As situações ficaram difíceis e recebi a proposta de ter minha cura e viver minha vidinha pregressa ou assumir responsabilidades para com o mundo, isso tudo foi confuso, mas o maior choque foi quando descobri uma verdade que eu deveria ter descoberto a muito tempo, uma descoberta que mudou minha forma de ver o mundo: não é sobre mim.


Quando se é um egocêntrico, corre-se o risco de achar que se trata de você, que o mundo e as demais pessoas são apenas figurantes ou personagens secundários, mas não se trata de você. O mundo é muito maior que isso.


Decidi por não encontrar a minha cura, embora eu perca com isso, caso eu encontrasse, o mudo perderia mais. Não é sobre mim, é sobre um mundo que precisa de ajuda. Passei do miserável que precisava de ajuda, mas não queria, para alguém que podia ajudar os demais. Talvez você ache que isso é o ideal para um egocêntrico, sair da posição de necessitado para a de caridoso benfeitor, mas não é sobre mim. Esquecer a própria ferida e a própria necessidade não é algo simples.


Talvez o meu maior milagre tenha sido recuperar as pessoas que desprezei no passado e ainda ganhar novos amigos, permitindo-me ser ajudado por eles, pude ir muito mais longe, pude enfrentar forças que pareciam gigantescas e indestrutíveis, tudo isso porque pude mudar a perspectiva do tempo. Não venci porque sou forte, venci porque fui insistente.


Hoje eu quero ajudar a curar a ferida do mundo, ou ao menos ensiná-lo a conviver com ela. É claro, ainda sou eu, fazendo do meu jeito, mas o que eu esperava, tornar-me outro? Ainda sou eu, mesmo não se tratando sobre mim. E é por isso que colaboro da minha forma, com minhas listas de ameaças, minhas soluções em livros e meu jeito sarcástico. Porque sou alguém ferido, mas alguém que aceitou o milagre para o mundo em uma nova missão, bem diferente da brilhante carreira que eu tinha.
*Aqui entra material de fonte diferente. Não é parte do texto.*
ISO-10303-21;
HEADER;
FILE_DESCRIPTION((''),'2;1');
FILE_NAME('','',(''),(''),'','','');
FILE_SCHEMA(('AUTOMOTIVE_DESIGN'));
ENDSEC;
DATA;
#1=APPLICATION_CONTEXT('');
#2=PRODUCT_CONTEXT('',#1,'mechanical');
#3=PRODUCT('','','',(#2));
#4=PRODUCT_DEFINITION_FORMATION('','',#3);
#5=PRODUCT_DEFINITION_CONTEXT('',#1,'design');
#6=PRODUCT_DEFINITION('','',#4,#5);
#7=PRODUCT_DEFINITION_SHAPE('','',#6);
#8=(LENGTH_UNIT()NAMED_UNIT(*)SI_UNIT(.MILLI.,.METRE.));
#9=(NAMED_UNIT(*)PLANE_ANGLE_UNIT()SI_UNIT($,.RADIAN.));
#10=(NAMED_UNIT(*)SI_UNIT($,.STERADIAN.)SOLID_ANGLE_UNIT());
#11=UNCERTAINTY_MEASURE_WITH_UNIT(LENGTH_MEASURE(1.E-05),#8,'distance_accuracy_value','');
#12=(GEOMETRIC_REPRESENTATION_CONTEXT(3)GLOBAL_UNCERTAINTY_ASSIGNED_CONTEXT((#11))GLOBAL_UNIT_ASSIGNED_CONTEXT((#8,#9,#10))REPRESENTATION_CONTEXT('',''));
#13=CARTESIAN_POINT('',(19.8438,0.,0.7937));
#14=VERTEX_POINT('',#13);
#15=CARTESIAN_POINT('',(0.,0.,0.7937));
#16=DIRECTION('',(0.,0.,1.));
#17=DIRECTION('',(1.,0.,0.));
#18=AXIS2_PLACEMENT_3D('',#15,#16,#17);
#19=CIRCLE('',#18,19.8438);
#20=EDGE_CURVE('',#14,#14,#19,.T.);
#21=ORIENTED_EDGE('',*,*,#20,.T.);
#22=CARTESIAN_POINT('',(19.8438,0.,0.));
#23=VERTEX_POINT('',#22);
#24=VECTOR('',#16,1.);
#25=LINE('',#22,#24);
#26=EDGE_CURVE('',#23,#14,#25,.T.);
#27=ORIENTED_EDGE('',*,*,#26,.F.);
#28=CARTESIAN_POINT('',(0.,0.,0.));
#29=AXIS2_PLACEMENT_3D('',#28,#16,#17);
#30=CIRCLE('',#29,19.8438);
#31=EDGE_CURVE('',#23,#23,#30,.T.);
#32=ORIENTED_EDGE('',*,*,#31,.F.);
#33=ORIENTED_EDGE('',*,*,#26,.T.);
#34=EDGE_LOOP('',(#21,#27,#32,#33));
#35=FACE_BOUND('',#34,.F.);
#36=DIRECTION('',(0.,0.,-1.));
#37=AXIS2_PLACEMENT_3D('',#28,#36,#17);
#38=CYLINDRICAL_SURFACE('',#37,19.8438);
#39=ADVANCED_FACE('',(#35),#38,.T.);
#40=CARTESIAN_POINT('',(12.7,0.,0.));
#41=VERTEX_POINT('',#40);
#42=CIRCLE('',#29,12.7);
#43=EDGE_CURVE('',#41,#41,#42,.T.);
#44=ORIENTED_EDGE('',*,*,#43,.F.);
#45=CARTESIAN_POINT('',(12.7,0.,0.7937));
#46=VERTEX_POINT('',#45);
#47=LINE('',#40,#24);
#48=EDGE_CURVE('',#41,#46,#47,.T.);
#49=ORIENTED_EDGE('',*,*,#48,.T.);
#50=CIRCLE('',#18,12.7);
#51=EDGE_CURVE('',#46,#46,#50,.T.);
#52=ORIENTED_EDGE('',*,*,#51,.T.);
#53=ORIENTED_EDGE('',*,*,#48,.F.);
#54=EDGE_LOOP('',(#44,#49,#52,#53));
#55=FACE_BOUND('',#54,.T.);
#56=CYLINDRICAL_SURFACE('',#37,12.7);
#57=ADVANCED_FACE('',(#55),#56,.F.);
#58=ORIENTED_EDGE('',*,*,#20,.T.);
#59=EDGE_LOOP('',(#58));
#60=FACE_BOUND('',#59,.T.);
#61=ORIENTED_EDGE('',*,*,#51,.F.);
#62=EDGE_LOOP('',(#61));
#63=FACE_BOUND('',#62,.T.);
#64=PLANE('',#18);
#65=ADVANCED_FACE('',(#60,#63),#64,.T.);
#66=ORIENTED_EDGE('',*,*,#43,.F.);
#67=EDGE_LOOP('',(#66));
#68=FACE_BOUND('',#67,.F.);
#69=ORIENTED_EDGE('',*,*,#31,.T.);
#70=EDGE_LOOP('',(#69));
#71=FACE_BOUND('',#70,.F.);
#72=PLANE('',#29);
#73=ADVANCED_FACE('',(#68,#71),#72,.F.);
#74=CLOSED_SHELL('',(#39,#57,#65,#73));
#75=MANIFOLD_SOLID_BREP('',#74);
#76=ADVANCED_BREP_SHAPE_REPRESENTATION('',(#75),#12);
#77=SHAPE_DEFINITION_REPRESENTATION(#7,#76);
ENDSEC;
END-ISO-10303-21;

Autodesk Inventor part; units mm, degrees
ref_plane "YZ Plane" through (0, 0, 0) normal (1, 0, 0) x (0, 1, 0)
ref_plane "XZ Plane" through (0, 0, 0) normal (0, 1, 0) x (-1, 0, 0)
ref_plane "XY Plane" through (0, 0, 0) normal (0, 0, 1) x (1, 0, 0)
sketch "Sketch1" plane through (0, 0, 0) normal (0, 0, 1) x (1, 0, 0)
  circle A0 centre (0, 0) radius 12.7
  circle A1 centre (0, 0) radius 19.8438
  dimension "d0" = 25.4
  dimension "d2" = 39.6875
extrude "Extrusion1" add sketch "Sketch1" along normal blind 0.7937
properties part number "Thrust Washer .125 Thick 1.000 Shaft Diameter"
Eu não sou o Mago Supremo. Eu não sou o Mestre Stephen Strange… também não sou Doutor Stephen Strange. Eu não tenho um manto da levitação, nem carrego uma Joia do Infinito dentro do Olho de Agamotto. Eu não sou um mago. Sou apenas um estranho que aceitou o milagre e entendeu a difícil lição para os orgulhosos: não é sobre mim.